A sample from each incubation tube was subjected to motion analysis. At the initial time point, 10 μl from each sample were transferred onto a warmed slide and covered with a cover slip (22 × 22 mm) at 37°C. The CASA system consisted of a triocular optical phase contrast microscope (Nicon Eclipse E200; Nikon, Tokyo, Japan), equipped with a warming stage (Tokai, Japan) at 37°C and a Basler Scout CCD digital camera (Basler Vision Technologies, Ahrensburg, Germany). The camera was connected to a computer. For each treatment, two samples and 5 fields per sample taken at random were recorded and analyzed using Integrated Semen Analysis System software (ISAS MvCo, Valencia, Spain). Sampling was carried out using a 20× negative phase contrast objective. Image sequences were saved and analyzed afterwards. The standard parameter settings were as follows: 25 frames sec−1, 20–90 μm2 for head area, VCL >10 μm sec−1 to classify a spermatozoon as motile. For each sample, the following characteristics of sperm motility were determined: percentages of motile (“Rapid”, “Medium”, “Slow”), and progressively motile spermatozoa; percentage of total motile spermatozoa, three velocity parameters (VCL, velocity according to the actual path; VSL, velocity according to the straight path; VAP, velocity according to the smoothed path) and the amplitude of the lateral displacement of the sperm head (ALH) [34].

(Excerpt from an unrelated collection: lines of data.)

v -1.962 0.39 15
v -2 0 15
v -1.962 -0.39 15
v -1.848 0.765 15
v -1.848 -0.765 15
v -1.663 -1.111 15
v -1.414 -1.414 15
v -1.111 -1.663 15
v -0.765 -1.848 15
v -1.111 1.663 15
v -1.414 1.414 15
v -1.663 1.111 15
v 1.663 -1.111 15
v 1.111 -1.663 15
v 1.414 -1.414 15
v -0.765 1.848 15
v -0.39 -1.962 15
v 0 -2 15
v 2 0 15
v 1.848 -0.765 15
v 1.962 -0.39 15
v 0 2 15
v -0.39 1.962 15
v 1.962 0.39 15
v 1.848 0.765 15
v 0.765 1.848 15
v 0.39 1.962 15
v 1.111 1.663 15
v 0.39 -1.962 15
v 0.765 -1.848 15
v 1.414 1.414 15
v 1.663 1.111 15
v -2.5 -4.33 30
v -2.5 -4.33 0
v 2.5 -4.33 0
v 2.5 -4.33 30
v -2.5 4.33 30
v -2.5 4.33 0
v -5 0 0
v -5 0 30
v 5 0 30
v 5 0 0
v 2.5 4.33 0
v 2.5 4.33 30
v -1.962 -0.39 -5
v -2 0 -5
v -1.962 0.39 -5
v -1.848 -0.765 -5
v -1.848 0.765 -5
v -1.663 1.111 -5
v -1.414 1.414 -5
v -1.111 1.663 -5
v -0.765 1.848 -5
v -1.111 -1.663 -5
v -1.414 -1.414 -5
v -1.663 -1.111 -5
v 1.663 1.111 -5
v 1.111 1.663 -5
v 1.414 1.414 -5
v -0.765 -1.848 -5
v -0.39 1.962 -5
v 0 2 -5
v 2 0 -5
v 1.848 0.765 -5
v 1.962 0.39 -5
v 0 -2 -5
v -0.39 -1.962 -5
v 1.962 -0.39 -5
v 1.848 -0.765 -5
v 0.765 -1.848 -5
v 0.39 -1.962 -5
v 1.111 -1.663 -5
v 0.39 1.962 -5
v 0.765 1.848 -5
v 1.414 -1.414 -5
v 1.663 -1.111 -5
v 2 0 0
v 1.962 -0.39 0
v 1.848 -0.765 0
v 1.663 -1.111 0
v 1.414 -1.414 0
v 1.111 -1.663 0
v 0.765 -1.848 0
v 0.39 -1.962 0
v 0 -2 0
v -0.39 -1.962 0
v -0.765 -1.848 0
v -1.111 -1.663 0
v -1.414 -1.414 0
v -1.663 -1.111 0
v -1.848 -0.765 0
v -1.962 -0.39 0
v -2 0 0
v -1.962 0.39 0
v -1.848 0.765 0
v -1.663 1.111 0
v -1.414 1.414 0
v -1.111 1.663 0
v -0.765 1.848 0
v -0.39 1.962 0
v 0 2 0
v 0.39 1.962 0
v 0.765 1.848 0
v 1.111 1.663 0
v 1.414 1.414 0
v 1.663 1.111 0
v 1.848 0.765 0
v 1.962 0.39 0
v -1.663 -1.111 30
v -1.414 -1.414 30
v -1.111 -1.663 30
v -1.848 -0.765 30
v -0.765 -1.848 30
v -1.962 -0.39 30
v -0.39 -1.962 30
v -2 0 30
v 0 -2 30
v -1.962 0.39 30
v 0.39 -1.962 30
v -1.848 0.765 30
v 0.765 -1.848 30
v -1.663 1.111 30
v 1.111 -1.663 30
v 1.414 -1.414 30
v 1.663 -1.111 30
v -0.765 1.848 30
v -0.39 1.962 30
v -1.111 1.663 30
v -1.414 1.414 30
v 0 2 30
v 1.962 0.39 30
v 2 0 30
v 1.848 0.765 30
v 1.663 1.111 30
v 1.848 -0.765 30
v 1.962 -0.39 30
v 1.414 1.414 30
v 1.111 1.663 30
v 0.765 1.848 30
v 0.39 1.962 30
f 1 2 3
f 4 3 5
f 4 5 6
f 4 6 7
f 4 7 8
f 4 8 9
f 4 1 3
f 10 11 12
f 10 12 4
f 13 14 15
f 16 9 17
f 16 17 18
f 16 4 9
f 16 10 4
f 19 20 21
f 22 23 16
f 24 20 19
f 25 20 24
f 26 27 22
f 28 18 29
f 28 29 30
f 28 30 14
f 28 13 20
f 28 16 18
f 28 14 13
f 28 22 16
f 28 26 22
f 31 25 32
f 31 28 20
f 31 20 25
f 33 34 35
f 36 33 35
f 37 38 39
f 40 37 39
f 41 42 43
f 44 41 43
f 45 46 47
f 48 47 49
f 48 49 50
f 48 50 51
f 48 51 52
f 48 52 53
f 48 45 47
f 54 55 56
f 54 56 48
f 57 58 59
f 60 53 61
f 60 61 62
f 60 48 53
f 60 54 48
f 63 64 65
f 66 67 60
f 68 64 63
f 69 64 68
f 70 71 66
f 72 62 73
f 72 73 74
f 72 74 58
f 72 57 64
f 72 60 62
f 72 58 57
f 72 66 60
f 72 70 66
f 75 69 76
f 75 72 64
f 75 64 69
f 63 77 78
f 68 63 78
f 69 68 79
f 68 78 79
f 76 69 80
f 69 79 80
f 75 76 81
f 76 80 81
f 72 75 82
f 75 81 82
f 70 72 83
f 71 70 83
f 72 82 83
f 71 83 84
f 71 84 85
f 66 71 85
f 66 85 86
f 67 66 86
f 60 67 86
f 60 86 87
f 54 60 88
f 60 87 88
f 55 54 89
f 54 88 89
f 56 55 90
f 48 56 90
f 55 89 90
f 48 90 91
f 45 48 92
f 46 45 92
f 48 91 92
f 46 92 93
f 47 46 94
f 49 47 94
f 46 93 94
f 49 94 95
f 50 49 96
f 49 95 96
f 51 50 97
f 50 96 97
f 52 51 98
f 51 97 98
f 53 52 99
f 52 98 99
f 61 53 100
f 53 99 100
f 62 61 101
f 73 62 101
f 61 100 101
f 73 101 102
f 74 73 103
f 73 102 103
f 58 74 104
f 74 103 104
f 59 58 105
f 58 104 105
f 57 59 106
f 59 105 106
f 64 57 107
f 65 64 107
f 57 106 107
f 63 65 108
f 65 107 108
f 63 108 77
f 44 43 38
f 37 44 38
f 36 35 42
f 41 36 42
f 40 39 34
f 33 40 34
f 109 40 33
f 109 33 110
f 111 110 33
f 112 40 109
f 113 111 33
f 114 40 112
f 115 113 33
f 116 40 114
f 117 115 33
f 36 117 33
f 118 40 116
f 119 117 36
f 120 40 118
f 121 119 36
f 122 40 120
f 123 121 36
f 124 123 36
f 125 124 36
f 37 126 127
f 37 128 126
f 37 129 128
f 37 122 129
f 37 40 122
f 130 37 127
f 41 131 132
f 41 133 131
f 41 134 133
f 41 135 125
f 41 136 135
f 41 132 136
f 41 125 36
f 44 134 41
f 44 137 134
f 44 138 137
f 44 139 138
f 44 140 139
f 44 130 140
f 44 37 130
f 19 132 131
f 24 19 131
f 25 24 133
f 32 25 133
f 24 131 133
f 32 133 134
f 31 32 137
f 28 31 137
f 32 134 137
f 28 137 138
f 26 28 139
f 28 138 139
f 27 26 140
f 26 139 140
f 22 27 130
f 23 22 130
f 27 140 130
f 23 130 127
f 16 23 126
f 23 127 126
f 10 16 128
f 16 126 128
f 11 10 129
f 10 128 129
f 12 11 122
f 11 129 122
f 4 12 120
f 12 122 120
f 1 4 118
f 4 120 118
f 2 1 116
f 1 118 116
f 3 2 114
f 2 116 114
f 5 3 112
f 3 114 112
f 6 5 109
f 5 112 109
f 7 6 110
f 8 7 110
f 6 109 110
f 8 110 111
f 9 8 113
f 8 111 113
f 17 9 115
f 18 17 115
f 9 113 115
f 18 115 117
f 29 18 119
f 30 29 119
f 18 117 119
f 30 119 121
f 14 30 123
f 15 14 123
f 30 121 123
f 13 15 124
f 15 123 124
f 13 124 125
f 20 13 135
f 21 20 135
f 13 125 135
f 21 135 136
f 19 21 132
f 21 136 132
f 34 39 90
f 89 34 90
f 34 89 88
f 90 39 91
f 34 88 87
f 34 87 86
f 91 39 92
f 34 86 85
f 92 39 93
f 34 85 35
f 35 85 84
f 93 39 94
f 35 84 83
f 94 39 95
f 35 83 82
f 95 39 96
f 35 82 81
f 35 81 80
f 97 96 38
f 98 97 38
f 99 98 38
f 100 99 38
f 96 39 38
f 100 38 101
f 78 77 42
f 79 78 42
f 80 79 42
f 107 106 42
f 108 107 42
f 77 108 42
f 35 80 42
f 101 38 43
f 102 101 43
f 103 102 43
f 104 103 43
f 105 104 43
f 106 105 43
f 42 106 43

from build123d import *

# Parameters (mm, degrees)
EXTRUDE002_DEPTH = 30
SKETCH010_R      = 2
POCKET002_DEPTH  = 15
SKETCH011_R      = 2
EXTRUDE004_DEPTH = 5


with BuildPart() as pocket002:
    # Sketch008 → Extrude002 (new body)
    with BuildSketch(Plane.XY):
        Polygon((5, 0), (2.5, 4.330127), (-2.5, 4.330127), (-5, 0), (-2.5, -4.330127), (2.5, -4.330127), align=None)
    extrude(amount=EXTRUDE002_DEPTH)

    # Sketch010 → Pocket002 (cut)
    with BuildSketch(Plane.XY.offset(30)):
        Circle(SKETCH010_R)
    extrude(amount=-POCKET002_DEPTH, mode=Mode.SUBTRACT)


with BuildPart() as stendoffmodel:
    # Sketch011 → Extrude004 (new body)
    with BuildSketch(Plane(origin=(0, 0, 0), x_dir=(1, 0, 0), z_dir=(0, 0, -1))):
        Circle(SKETCH011_R)
    extrude(amount=EXTRUDE004_DEPTH)

    # Fusion: union Pocket002
    add(pocket002.part)


solid = stendoffmodel.part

One-step eosin-nigrosin staining technique for viability and acrosomal status

Additionally, a 5 μl sample from the control and four different grape extract concentrations were stained with 10 μl of eosin Y/nigrosin. Smears of spermatozoa in duplicates were prepared, according to this technique [35], immediately after thawing (time point 0 hr) and at 2 hrs and 4 hrs incubation at 37°C. Forty smears of sperm were tested and 200 spermatozoa were counted from each slide. Stained smears were evaluated according to their viability and acrosomal status and classified as alive and dead spermatozoa with intact or non-intact acrosome.

Measurement of lipid peroxidation

Lipid oxidation was assessed by the TBARS (ThioBarbituric Acid Reactive Substances) assay on the basis of MDA formation [36]. MDA, the compound used as an index of lipid peroxidation, was determined by a selective third-order derivative spectrophotometric method (Shimadzu Model UV-160A), slightly modified to spermatozoa. In brief, 107 washed spermatozoa which have been previously treated or not with different concentration of a polyphenol-rich grape pomace extract (1 μg ml−1, 2 μg ml−1, 5 μg ml−1) were mixed with 50 μl FeSO4 7H2O (5 mM) and 2900 μl distilled water for 1 hr and incubated for 1 hr at 37°C. After 2 hrs and 4 of hrs of total incubation, the samples were mixed with 500 μl trichloroacetic acid 35% and 2000 μl butylated hydroxytoluene (BHT) in hexane and were centrifuged at 2000 g for 1 min. The top hexane layer was discarded and the bottom aqueous layer (2500 μl) was transferred to another tube containing 1500 μl thiobarbituric acid (TBA). After 30 min of incubation (70°C), the tubes were allowed to cool under tap water, and submitted to third-order derivative spectrophotometry. The concentration of MDA (ng per 107 spermatozoa) was calculated on the basis of the height of the third-order derivative peak at 521.5 nm by referring to slope and intercept data of the computed least squares fit of a standard calibration curve prepared using 1,1,3,3-tetrahethoxypropane.

Statistical analysis

The parameters: “Rapid”, “Progressive Motility”, “Total motility”, VCL, VSL, VAP and ALH were analyzed as repeated measurements using the LS Means Differences Tukey HSD-test (p <0.05). The percentage of sperm viability was analyzed by the Chi-Square Goodness of Fit Test for a Poisson distribution (p <0.05). Repeated measures ANOVA with the Bonferroni correction were used for statistical analysis of MDA formation, where the interaction between different concentration and time points was analyzed (p <0.05).